The second problem, Sorting a Sequence by Scores (SSS), asks for a permutation A′ of the original multiset of numbers that minimises the sum of its maximum‑scoring subsequence. The authors prove that SSS is strongly NP‑hard by a reduction from the classic 3‑Partition problem. They construct an instance where each original integer is represented by a pair of numbers (a positive and a negative) arranged in such a way that any optimal ordering must correspond to a perfect 3‑partition of the original set. Consequently, unless P = NP, no polynomial‑time algorithm can solve SSS exactly, even when the numbers are bounded by a polynomial in n.
Despite the hardness result, the paper supplies a simple 2‑approximation algorithm. The algorithm first separates the positive and negative elements of A, sorts the positives in non‑increasing order and the negatives in non‑decreasing order, and then interleaves them (positive, negative, positive, negative, …). This “alternating‑sorted” ordering limits the growth of any prefix sum because large positives are quickly counterbalanced by large (in absolute value) negatives. The authors prove that the maximum‑scoring subsequence in the alternating order is at most twice the optimum value. The proof hinges on bounding the optimal subsequence’s sum from below by the sum of the largest k positives and from above by the sum of the largest k negatives, and showing that the alternating construction never exceeds the sum of the two bounds combined, which is at most twice the optimum. The algorithm runs in O(n log n) time due to the sorting step and uses O(n) additional space.

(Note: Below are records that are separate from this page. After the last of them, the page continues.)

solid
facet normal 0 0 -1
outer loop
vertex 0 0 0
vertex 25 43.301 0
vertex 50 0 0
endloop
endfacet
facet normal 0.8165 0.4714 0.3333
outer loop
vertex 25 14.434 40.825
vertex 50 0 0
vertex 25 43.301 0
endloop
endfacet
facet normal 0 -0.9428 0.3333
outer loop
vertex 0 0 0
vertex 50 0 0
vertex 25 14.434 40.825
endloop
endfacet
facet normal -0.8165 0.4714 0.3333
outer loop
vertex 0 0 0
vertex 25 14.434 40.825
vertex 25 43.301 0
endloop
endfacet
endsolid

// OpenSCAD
include <write.scad> // Write.scad by HarlanDMiiis licensed under the Creative Commons - https://www.thingiverse.com/thing:16193


//
// Get the point on the face of the tetrahedron defined by Pl, Pr, Pt:
//
//               Pt
//               /\    
//              /  \
//             /    \
//            /  ^w  \
//           /   |    \
//         Pl----Pm-->-Pr
//                   v
//
// Pm: middle point between Pl and Pr
// Pv: vector from Pm to Pr of length v
// Pw: vector from Pm to Pt of length w
function getTetraPoint(v, w, sideTriangle, heightTriangle, Pl, Pr, Pt) =
  // Pm = Pl + half of the side times the unit vector from PlPr
  let (Pm = Pl + (sideTriangle / 2) * ((Pr - Pl) / sideTriangle))
  let (Pv = v * ((Pr - Pm) / (sideTriangle / 2)))
  let (Pw = w * ((Pt - Pm) / heightTriangle))
    Pm + Pv + Pw; // linear combination

//
// Write tetrahedron text
//
// Pl, Pr, Pt: point of the face (as for getTetraPoint)
// Tl, Tr, Tt: text for left, right and top
// angleX, angleY, angleZ: rotations for font
// sideTriangle, heightTriangle: triangle dimensions
// font1H, font2H: fonts height
module writeTetra(sideName, Pl, Pr, Pt, Tl, Tr, Tt, angleX, angleY, angleZ, sideTriangle, heightTriangle, font1H, font2H) {
  Pc = getTetraPoint(0, heightTriangle / 2 - font1H / 2, sideTriangle, heightTriangle, Pl, Pr, Pt);
  translate(Pc)
    rotate(angleZ, [0, 0, 1])
      rotate(angleX, [1, 0, 0])
        rotate(angleY, [0, 1, 0])
          write(sideName, h=font1H, t=font1T, center=true);
  
  // text top
  Ptt = getTetraPoint(0, heightTriangle - 1.5 * font2H, sideTriangle, heightTriangle, Pl, Pr, Pt);
  translate(Ptt)
    rotate(angleZ, [0, 0, 1])
      rotate(angleX, [1, 0, 0])
        rotate(angleY, [0, 1, 0])
          write(Tt, h=font2H, t=font2T, center=true);

  // text left
  Ptl = getTetraPoint(-sideTriangle / 3.3, heightTriangle / 7, sideTriangle, heightTriangle, Pl, Pr, Pt);
  translate(Ptl)
    rotate(angleZ, [0, 0, 1])
      rotate(angleX, [1, 0, 0])
        rotate(angleY, [0, 1, 0])
          rotate(-45, [0, 0, 1])
            write(Tl, h=font2H, t=font2T, center=true);

  // text right
  Ptr = getTetraPoint(sideTriangle / 3.3, heightTriangle / 7, sideTriangle, heightTriangle, Pl, Pr, Pt);
  translate(Ptr)
    rotate(angleZ, [0, 0, 1])
      rotate(angleX, [1, 0, 0])
        rotate(angleY, [0, 1, 0])
          rotate(45, [0, 0, 1])
            write(Tr, h=font2H, t=font2T, center=true);
}

//
// --- MAIN
//

a = 50; // triangle / tetrahedron side length

// font central
font1H = 8;
font1T = 2; // depth

// second font
font2H = 6.5;
font2T = 1.5; // depth

difference(){ // extrusion

  // --- equilateral triangle / tetrahedron math
  // sources:
  // https://en.wikipedia.org/wiki/Equilateral_triangle
  // https://en.wikipedia.org/wiki/Tetrahedron

  // height of the equilateral triangle
  hTri = a * (sqrt(3) / 2);

  // radius of the inscribed circle of the triangle
  rTri = hTri / 3;

  // height of the tetrahedron
  hTet = a * sqrt(2 / 3);
      
  // angles of the tetrahedron
  edgeSideAngle = acos(hTet / a);
  sideSideAngle = asin(hTet / hTri);
  edgeEdgeAngle = 60; // OpenSCAD angles are in degrees
  
  // 4 vertices of the tetrahedron
  Pbase1 = [0, 0, 0]; // equilateral triangle
  Pbase2 = [a, 0, 0];
  Pbase3 = [a / 2, hTri, 0];
  Ppick = [a / 2, rTri, hTet]; // pick of the tetrahedron

  // prodebug    
  //echo("hTri");
  //echo(hTri);
  //echo("hTet");
  //echo(hTet);
  //echo("rTri");
  //echo(rTri);

  // --- tetrahedron
  polyhedron(
      points = [Pbase1, Pbase2, Pbase3, Ppick],
      faces = [
          [0, 1, 2], // base
          [0, 3, 1], // face 1
          [0, 2, 3], // face 2
          [1, 3, 2]  // face 3
      ]
  );

  // --- writing on base
  writeTetra("acl", Pbase2, Pbase1, Pbase3, "Y", "X", "Z", 0, 180, 0, a, hTri, font1H, font2H);

  // --- writing face 1
  writeTetra("B @", Pbase1, Pbase2, Ppick, "X", "Y", "F", sideSideAngle, 0, 0, a, hTri, font1H, font2H);

  // --- writing face 2
  writeTetra("B @", Pbase3, Pbase1, Ppick, "Z", "X", "F", sideSideAngle, 0, 240, a, hTri, font1H, font2H);

  // --- writing face 3
  writeTetra("B @", Pbase2, Pbase3, Ppick, "Y", "Z", "F", sideSideAngle, 0, 120, a, hTri, font1H, font2H);
}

The motivation behind both problems is the management of buffer memory in packet‑switched networks. In such systems, the buffer must accommodate a contiguous block of data; minimising the worst‑case contiguous demand directly reduces the required memory capacity. ISS corresponds to deciding the optimal insertion point for a newly arriving packet, while SSS corresponds to reordering a batch of packets before they enter the buffer to achieve the smallest possible peak demand.

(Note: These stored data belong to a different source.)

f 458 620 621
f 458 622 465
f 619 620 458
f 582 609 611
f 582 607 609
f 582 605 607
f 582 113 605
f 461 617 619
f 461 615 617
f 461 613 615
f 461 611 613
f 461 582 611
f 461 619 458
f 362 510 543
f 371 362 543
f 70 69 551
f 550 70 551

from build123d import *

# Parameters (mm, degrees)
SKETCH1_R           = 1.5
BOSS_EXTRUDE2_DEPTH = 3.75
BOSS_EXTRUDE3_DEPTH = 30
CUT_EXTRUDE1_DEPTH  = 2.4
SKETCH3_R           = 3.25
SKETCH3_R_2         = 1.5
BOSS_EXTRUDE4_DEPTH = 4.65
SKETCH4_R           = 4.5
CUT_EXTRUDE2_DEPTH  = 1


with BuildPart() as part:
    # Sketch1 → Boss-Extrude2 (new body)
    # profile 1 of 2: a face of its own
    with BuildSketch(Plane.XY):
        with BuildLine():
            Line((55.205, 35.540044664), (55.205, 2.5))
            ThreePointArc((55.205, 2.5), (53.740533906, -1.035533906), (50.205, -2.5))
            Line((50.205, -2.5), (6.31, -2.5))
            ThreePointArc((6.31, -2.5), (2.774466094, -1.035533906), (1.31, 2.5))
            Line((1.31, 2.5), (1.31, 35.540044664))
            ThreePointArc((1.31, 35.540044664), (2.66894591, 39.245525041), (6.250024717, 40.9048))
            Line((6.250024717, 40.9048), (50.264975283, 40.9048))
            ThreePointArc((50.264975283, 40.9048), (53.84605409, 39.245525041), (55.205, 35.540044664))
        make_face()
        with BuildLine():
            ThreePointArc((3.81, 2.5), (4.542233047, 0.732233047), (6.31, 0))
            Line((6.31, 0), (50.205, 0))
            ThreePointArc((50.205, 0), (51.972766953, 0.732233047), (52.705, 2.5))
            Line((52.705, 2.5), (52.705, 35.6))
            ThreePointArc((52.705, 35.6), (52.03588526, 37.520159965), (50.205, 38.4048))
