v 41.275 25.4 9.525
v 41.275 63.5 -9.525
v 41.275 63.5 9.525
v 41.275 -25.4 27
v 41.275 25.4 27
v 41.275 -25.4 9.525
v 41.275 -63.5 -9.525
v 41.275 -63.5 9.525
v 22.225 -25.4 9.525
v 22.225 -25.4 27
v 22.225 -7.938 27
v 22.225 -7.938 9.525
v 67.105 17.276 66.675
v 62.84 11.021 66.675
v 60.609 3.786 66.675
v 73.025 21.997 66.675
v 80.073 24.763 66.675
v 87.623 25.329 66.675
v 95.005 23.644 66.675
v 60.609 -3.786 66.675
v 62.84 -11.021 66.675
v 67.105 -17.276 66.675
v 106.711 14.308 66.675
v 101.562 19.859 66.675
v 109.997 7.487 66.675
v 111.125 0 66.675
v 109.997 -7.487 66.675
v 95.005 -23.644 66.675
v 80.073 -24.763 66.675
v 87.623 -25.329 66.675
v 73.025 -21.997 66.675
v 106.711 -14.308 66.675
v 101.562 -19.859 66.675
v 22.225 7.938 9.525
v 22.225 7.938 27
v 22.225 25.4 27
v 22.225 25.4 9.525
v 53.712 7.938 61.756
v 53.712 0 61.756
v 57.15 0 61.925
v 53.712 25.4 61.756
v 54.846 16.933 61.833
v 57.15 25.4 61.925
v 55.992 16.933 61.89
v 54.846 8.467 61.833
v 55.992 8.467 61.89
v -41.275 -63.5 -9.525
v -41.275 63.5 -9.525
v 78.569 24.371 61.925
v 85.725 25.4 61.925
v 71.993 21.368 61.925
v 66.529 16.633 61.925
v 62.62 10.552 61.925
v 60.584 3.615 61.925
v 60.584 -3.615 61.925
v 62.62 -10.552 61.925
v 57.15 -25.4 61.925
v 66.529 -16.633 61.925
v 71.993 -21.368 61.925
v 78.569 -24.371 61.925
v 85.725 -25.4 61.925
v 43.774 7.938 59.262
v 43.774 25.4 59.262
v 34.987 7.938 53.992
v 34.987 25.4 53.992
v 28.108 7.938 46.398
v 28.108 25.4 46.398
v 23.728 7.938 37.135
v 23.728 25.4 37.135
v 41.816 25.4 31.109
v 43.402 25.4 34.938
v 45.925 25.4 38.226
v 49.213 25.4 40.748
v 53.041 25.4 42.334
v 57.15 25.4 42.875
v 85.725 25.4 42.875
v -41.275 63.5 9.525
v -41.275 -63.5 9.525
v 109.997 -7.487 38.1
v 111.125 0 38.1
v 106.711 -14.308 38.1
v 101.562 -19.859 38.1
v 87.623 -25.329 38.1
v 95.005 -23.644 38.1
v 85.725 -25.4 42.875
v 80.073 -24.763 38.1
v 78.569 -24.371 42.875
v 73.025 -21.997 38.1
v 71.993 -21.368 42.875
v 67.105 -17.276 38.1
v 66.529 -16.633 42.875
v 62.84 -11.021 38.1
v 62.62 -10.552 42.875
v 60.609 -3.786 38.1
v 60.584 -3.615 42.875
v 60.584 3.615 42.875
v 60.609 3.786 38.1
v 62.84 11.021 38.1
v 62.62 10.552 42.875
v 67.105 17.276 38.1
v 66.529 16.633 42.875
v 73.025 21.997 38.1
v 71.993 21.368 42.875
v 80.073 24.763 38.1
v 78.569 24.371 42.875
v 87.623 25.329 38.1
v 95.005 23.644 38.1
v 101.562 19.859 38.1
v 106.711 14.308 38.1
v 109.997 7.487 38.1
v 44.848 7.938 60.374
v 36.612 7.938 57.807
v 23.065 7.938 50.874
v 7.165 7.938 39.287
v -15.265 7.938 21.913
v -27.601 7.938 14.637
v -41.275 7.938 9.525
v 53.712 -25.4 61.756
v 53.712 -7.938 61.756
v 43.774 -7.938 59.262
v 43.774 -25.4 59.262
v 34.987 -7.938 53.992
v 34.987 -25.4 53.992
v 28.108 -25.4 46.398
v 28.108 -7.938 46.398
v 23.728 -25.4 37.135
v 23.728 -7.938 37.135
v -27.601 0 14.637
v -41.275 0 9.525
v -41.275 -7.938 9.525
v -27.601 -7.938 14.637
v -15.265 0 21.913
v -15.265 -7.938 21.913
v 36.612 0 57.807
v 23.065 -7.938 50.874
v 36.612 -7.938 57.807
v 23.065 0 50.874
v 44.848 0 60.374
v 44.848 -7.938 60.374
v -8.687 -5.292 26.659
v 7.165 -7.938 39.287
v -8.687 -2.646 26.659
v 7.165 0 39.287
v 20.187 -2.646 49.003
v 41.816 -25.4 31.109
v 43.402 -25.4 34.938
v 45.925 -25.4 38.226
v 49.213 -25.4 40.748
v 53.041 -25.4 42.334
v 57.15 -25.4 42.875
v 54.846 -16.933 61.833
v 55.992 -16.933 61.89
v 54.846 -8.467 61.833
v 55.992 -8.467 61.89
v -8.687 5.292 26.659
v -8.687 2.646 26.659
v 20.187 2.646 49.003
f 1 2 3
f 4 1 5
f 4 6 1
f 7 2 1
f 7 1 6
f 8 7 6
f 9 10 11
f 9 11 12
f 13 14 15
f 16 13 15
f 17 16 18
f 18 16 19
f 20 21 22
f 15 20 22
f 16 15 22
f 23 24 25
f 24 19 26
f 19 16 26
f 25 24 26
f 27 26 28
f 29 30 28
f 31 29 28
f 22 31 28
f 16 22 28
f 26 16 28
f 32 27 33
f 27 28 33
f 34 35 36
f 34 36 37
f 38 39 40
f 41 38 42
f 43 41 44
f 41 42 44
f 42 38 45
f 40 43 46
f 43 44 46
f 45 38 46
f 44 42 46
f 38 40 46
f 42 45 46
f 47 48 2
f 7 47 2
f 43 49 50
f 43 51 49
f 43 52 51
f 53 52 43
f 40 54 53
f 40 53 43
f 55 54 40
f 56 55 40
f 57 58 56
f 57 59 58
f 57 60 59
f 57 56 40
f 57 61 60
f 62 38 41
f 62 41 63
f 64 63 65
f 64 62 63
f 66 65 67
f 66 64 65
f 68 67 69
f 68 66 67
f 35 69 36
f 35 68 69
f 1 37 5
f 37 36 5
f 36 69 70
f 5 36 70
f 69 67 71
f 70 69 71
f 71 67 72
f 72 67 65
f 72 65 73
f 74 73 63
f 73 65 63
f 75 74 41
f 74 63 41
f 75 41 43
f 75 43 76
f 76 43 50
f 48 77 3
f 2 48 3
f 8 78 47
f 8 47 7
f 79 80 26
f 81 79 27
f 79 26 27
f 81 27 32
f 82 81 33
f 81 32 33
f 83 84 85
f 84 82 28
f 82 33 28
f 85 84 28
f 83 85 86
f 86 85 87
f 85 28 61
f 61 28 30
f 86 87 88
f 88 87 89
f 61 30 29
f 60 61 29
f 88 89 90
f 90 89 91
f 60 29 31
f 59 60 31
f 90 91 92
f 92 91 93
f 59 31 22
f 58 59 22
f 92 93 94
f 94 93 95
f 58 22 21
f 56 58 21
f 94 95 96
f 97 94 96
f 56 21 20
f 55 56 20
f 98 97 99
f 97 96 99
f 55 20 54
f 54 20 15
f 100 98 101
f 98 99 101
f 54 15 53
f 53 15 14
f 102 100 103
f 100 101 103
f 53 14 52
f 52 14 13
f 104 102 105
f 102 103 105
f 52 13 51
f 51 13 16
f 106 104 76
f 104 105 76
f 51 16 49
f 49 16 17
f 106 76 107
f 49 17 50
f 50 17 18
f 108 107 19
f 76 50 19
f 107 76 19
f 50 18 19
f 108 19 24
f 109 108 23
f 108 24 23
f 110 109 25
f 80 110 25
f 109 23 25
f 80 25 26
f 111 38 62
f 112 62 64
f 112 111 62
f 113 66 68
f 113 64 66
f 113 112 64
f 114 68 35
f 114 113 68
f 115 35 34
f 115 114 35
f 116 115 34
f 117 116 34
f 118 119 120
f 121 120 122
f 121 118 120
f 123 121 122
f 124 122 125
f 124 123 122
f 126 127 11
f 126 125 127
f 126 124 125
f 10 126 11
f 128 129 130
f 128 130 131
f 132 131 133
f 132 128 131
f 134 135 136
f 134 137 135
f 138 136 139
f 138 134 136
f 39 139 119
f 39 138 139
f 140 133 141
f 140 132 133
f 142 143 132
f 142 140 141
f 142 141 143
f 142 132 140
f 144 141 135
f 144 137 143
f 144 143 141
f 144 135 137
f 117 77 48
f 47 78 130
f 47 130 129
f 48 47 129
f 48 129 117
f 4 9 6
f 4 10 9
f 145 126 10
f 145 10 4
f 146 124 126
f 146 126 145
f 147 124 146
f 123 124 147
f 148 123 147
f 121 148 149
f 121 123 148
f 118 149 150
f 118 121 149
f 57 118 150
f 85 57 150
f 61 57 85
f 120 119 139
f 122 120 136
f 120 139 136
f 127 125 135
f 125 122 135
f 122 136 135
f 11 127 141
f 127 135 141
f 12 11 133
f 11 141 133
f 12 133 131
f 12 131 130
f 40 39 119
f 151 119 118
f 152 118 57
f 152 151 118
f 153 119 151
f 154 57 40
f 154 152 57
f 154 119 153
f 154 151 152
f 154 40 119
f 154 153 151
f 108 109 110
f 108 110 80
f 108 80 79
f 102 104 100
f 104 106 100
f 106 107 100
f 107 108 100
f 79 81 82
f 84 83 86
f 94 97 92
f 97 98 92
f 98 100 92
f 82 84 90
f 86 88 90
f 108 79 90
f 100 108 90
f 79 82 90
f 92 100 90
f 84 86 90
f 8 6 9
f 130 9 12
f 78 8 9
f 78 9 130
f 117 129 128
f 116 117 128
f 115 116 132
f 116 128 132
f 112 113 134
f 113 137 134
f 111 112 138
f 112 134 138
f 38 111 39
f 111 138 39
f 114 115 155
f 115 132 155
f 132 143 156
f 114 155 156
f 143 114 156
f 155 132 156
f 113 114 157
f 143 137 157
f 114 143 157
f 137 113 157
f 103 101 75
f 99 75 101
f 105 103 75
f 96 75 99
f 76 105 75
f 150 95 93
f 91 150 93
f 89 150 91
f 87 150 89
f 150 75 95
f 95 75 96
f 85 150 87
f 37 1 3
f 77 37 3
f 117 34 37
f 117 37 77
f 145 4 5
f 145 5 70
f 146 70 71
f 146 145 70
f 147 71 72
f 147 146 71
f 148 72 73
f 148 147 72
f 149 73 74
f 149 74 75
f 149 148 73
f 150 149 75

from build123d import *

# Parameters (mm, degrees)
F1_DEPTH = 63.5
F2_DEPTH = 7.9375
F0_W     = 25.4
F0_H     = 19.05
F3_DEPTH = 25.4


with BuildPart() as f1:
    # F0 (on Front) → F1 (new body, symmetric)
    with BuildSketch(Plane.XZ):
        Polygon((-41.275, 9.525), (-41.275, -9.525), (41.275, -9.525), (41.275, 9.525), (22.225, 9.525), align=None)
    extrude(amount=F1_DEPTH, both=True)

    # F0 (on Front) → F2 (join, symmetric)
    with BuildSketch(Plane.XZ):
        with BuildLine():
            add(Edge.make_bspline(
                [(-41.275, 9.525), (-4.041549, 19.120571), (15.072903, 58.732133), (53.711712, 61.755542)],
                knots=[0, 0, 0, 0, 108.338644, 108.338644, 108.338644, 108.338644], degree=3))
            Line((-41.275, 9.525), (22.225, 9.525))
            Line((22.225, 9.525), (22.225, 27.0002))
            ThreePointArc((22.225, 27.0002), (31.267208, 50.448797), (53.711712, 61.755542))
        make_face()
    extrude(amount=F2_DEPTH, both=True)

    # F0 (on Front) → F3 (join, symmetric)
    with BuildSketch(Plane.XZ):
        with BuildLine():
            Line((22.225, 9.525), (41.275, 9.525))
            Line((41.275, 9.525), (41.275, 27.0002))
            ThreePointArc((41.275, 27.0002), (45.92468, 38.22552), (57.15, 42.8752))
            Line((57.15, 42.8752), (60.325, 42.8752))
            Line((60.325, 42.8752), (60.325, 61.9252))
            Line((60.325, 61.9252), (57.15, 61.9252))
            add(Edge.make_bspline(
                [(53.711712, 61.755542), (54.840822, 61.843893), (55.986605, 61.900999), (57.15, 61.9252)],
                knots=[108.338644, 108.338644, 108.338644, 108.338644, 111.504536, 111.504536, 111.504536, 111.504536], degree=3))
            ThreePointArc((53.711712, 61.755542), (31.267208, 50.448797), (22.225, 27.0002))
            Line((22.225, 27.0002), (22.225, 9.525))
        make_face()
        with Locations((73.025, 52.4002)):
            Rectangle(F0_W, F0_H)
    extrude(amount=F3_DEPTH, both=True)

    # F0 (on Front) → F4 (revolve)
    with BuildSketch(Plane.XZ):
        Polygon((85.725, 66.675), (85.725, 61.9252), (85.725, 42.8752), (85.725, 38.1), (111.125, 38.1), (111.125, 66.675), align=None)
    revolve(axis=Axis((85.725, 0, 52.4002), (0, 0, -1)))


solid = f1.part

In summary, the paper makes three principal contributions: (1) a linear‑time, linear‑space algorithm for the ISS problem that replaces the naïve quadratic approach; (2) a proof that the SSS problem is strongly NP‑hard, establishing its computational intractability; and (3) a deterministic 2‑approximation algorithm for SSS that is easy to implement and provably close to optimal. These results bridge theoretical algorithmic analysis with a concrete networking application, and they open avenues for future work such as tighter approximation ratios, fixed‑parameter algorithms for special cases, or experimental evaluation of the proposed heuristics on real traffic traces.